Setiap pagi, Jack dan para suami secara serempak mengendarai mobil menuju kantor pusat Victory yang terletak di tengah gurun, sedangkan para istri melambaikan tangan mereka, menjadi ibu rumah tangga yang baik. Alice nampak bahagia menjalani rutinitas itu. Sesekali ia berlatih balet bersama istri-istri lain, atau sekadar mengobrol santai dengan sahabatnya, Bunny (Olivia Wilde). 

Kesempurnaan hidup? Mungkin, tapi lambat laun muncul pertanyaan, "sempurna untuk siapa?". Alice perlahan menyadari bahwa Victory bisa jadi bukan utopia seperti kelihatannya, dan di situlah naskah buatan Katie Silberman (Isn't It Romantic, Booksmart) melempar twist guna menggiring first act-nya ke ranah tak terduga yang memancing setumpuk pertanyaan dan rasa penasaran. 

Sayangnya selepas babak awal yang mengikat kuat, Silberman seolah bingung mesti berbuat apa. Jika first act melempar pertanyaan sementara third act memberi jawaban, maka second act jadi proses menguraikan pertanyaan itu. Kalau diibaratkan ujian matematika, film bukan berbentuk pilihan ganda, melainkan esai, di mana proses mendapatkan jawaban mesti disertakan. 

Naskah milik Silberman luput melakukan itu. Daripada mengeksplorasi, ia tampil stagnan, hanya bergantung pada pengulangan momen-momen sureal yang mengisi mimpi Alice. Pengarahan Wilde menawarkan barisan visual cantik, musik gubahan John Powell memberi nuansa haunting yang unik (somehow it sounds "feminine"), namun repetisi melemahkan dampaknya setelah beberapa saat. Babak kedua Don't Worry Darling serupa protagonisnya. Kebingungan, hilang arah. 

Bakal makin melelahkan andai bukan karena jajaran pemainnya. Di depan kamera, Wilde tampil mengigit; Pine mulus memerankan antagonis; Gemma Chan sebagai Shelley, istri Frank, mencuri perhatian; Styles meski tanpa kedalaman mumpuni, tak seburuk anggapan banyak orang. Tapi Pugh tetaplah penampil terbaik. Tatkala babak kedua membangkitkan kantuk, Pugh seperti percikan air yang terus membuat penonton terjaga. 

Untunglah klimaksnya jadi ajang pembuktian bagi Wilde (yang rumornya akan menyutradarai Spider-Woman) mengarahkan spektakel. Kebut-kebutan di padang gurun adalah contoh geberan aksi oldskul yang mengedepankan permainan kamera alih-alih eksploitasi CGI, pun sinematografi megah garapan Matthew Libatique menghadirkan alasan untuk menonton filmnya di layar sebesar mungkin. 

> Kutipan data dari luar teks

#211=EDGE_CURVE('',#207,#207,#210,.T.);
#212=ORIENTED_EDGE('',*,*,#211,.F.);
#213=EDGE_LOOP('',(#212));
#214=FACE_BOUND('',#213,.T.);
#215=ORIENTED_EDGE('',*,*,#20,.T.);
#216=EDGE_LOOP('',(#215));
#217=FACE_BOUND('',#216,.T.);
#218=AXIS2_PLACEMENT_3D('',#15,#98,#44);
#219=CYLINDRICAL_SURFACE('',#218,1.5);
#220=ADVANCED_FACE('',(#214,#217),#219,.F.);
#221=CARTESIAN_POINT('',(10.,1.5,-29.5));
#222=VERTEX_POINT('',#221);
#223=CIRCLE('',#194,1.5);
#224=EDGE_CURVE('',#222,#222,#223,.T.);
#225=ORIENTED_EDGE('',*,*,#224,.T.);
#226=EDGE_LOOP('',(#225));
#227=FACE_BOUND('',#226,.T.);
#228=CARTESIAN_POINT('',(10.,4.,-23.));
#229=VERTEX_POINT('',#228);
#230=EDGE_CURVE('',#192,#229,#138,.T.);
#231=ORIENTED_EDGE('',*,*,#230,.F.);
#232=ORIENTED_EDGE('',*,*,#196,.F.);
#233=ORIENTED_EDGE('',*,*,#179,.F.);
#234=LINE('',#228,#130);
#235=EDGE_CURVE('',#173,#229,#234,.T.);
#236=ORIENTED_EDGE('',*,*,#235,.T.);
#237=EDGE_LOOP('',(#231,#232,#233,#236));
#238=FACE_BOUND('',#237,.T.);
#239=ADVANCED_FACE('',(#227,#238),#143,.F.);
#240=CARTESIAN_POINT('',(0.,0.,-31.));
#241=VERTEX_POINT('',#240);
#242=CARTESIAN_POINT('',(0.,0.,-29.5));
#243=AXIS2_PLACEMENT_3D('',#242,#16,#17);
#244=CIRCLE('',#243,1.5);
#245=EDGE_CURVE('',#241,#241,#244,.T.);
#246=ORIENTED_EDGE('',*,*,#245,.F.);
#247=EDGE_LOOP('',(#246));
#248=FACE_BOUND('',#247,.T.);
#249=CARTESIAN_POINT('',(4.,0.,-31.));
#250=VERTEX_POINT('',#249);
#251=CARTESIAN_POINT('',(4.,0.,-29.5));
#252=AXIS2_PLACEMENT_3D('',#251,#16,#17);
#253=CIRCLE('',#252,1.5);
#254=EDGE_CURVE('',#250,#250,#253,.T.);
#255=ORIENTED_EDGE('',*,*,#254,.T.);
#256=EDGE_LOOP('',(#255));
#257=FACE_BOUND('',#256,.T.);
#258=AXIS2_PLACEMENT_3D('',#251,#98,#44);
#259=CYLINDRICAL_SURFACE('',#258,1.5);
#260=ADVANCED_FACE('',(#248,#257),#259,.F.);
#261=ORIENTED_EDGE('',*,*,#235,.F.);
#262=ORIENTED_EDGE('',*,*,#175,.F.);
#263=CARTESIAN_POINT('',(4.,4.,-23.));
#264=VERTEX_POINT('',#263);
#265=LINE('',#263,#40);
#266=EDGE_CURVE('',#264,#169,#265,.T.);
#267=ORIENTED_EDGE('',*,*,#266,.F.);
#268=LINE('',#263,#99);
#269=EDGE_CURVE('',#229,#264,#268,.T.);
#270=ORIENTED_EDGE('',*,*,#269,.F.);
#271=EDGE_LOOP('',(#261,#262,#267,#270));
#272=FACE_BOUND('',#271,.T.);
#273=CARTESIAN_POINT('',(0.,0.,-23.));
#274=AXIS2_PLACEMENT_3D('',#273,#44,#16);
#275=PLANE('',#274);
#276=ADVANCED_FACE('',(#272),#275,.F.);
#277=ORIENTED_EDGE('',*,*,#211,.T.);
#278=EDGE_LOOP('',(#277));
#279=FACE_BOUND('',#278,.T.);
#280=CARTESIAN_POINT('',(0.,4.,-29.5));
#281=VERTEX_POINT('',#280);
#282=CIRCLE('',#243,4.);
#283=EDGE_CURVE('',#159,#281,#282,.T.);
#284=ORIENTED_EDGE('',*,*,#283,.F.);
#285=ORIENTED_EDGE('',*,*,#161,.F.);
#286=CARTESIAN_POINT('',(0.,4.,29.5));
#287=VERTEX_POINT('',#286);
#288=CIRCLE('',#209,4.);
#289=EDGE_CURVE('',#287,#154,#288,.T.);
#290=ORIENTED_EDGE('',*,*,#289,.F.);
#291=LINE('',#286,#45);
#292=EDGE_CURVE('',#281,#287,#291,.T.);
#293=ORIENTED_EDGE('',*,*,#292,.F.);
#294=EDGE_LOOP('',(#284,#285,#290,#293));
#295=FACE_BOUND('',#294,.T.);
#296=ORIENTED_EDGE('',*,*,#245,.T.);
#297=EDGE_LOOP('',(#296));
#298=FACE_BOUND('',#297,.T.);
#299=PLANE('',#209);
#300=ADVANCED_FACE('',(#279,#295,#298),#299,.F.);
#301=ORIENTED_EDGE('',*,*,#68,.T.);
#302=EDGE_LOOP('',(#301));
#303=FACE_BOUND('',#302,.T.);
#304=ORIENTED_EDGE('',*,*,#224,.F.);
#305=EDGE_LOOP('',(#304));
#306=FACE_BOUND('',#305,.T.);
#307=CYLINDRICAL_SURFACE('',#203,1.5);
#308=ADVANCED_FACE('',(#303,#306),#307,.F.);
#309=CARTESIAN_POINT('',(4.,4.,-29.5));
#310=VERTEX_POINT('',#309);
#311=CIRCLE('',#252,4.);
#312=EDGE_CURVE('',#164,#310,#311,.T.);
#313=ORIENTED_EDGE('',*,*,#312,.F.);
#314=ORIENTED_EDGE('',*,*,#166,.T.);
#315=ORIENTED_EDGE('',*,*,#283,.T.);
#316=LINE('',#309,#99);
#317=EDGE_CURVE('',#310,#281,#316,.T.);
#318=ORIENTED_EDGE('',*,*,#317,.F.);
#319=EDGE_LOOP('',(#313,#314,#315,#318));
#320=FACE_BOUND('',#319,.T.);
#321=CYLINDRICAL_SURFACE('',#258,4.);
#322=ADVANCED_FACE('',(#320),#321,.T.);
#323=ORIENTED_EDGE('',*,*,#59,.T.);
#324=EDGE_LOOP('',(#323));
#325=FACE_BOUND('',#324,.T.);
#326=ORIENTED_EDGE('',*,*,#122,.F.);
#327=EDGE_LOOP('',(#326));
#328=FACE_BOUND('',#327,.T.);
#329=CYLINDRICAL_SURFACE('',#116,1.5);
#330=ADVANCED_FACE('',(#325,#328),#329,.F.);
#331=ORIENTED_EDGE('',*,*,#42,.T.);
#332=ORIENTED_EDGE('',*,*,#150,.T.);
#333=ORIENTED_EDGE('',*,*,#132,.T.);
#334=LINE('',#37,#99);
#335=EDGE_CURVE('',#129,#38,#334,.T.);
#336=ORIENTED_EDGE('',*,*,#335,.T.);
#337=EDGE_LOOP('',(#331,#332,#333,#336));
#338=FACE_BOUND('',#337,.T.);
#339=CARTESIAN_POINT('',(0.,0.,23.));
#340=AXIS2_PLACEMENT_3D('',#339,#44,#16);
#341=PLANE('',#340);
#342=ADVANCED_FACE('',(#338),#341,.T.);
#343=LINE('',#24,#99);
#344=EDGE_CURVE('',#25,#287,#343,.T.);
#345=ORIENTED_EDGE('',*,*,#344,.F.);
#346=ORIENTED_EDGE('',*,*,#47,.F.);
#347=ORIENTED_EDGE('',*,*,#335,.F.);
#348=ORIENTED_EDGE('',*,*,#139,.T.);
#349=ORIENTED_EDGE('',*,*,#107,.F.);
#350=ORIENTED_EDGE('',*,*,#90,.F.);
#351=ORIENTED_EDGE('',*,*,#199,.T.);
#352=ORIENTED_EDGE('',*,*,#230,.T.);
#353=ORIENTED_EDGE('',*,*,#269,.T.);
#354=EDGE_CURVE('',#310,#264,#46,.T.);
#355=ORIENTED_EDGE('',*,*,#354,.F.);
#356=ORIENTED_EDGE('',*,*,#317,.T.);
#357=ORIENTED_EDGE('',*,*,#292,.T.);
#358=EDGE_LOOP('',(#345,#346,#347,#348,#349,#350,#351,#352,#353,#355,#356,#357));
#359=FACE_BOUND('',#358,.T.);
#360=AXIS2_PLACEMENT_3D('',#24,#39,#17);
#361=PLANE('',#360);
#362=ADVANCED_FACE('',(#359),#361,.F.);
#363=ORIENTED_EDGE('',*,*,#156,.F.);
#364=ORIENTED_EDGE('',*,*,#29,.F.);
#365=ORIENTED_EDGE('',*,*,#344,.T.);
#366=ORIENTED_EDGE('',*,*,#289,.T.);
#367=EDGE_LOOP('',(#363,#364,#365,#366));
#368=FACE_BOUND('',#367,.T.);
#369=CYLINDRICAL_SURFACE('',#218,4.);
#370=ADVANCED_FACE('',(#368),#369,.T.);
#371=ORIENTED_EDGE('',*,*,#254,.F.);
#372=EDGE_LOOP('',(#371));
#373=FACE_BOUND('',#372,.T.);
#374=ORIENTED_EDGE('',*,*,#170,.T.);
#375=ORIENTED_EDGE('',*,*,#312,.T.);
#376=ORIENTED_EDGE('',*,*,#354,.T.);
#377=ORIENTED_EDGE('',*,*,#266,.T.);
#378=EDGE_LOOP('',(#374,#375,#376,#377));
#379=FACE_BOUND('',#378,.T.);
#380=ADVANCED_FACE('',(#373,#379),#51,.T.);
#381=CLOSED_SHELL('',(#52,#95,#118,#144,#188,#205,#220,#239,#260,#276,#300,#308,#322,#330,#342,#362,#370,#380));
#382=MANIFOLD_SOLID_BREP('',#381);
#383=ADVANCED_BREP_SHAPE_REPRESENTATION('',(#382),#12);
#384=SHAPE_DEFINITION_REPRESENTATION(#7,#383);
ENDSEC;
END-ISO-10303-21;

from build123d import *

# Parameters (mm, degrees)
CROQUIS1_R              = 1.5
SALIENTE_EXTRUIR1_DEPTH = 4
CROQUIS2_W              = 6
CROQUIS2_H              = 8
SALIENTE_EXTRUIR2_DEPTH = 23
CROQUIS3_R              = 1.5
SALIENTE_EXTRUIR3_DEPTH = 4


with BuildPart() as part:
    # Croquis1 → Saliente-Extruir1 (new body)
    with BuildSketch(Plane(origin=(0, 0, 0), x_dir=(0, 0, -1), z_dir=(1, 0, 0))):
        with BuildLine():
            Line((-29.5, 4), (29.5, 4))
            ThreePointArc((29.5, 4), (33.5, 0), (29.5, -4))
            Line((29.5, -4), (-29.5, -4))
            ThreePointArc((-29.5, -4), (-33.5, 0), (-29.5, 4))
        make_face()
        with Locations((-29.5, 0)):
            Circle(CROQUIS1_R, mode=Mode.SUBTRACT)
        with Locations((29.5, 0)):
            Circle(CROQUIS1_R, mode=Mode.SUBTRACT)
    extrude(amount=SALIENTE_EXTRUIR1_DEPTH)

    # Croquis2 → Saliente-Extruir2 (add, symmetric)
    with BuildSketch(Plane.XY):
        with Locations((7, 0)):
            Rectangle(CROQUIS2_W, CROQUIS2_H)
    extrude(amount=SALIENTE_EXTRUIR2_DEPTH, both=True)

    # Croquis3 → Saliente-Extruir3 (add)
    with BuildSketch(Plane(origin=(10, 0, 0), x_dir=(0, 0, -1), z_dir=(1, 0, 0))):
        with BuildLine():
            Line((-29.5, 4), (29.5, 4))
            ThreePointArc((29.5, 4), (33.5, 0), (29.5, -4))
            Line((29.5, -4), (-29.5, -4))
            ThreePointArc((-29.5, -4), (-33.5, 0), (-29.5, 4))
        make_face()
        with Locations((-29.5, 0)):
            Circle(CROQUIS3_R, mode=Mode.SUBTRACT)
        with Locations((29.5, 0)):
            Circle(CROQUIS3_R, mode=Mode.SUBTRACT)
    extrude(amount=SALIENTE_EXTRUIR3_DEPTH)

Don't Worry Darling memang inkonsisten, tapi begitu kisahnya berakhir, pesan yang dibawa terpampang jelas. Latar ala Amerika era 50-an dipakai, sebab masa itu kerap dipandang layaknya utopia. Kehidupan damai, finansial terjaga, suami bekerja di kantor, istri mendukung di rumah. Istri tidak perlu tahu detail pekerjaan sang suami, sebab tugas mereka adalah "mendukung". Sewaktu pria punya "identitas ganda", yakni sebagai suami penyokong finansial dan sebagai dirinya (individu), identitas wanita sebatas "pendukung suami", tidak eksis sebagai individu yang berdiri sendiri. 

2 komentar :

Comment Page:
Anonim mengatakan...

please, pengen banget masuk ke dunia Don't Worry Darling....

Anonim mengatakan...

"Darling, I'm with you all the time / Can't you see I long to be / With you all the time?"....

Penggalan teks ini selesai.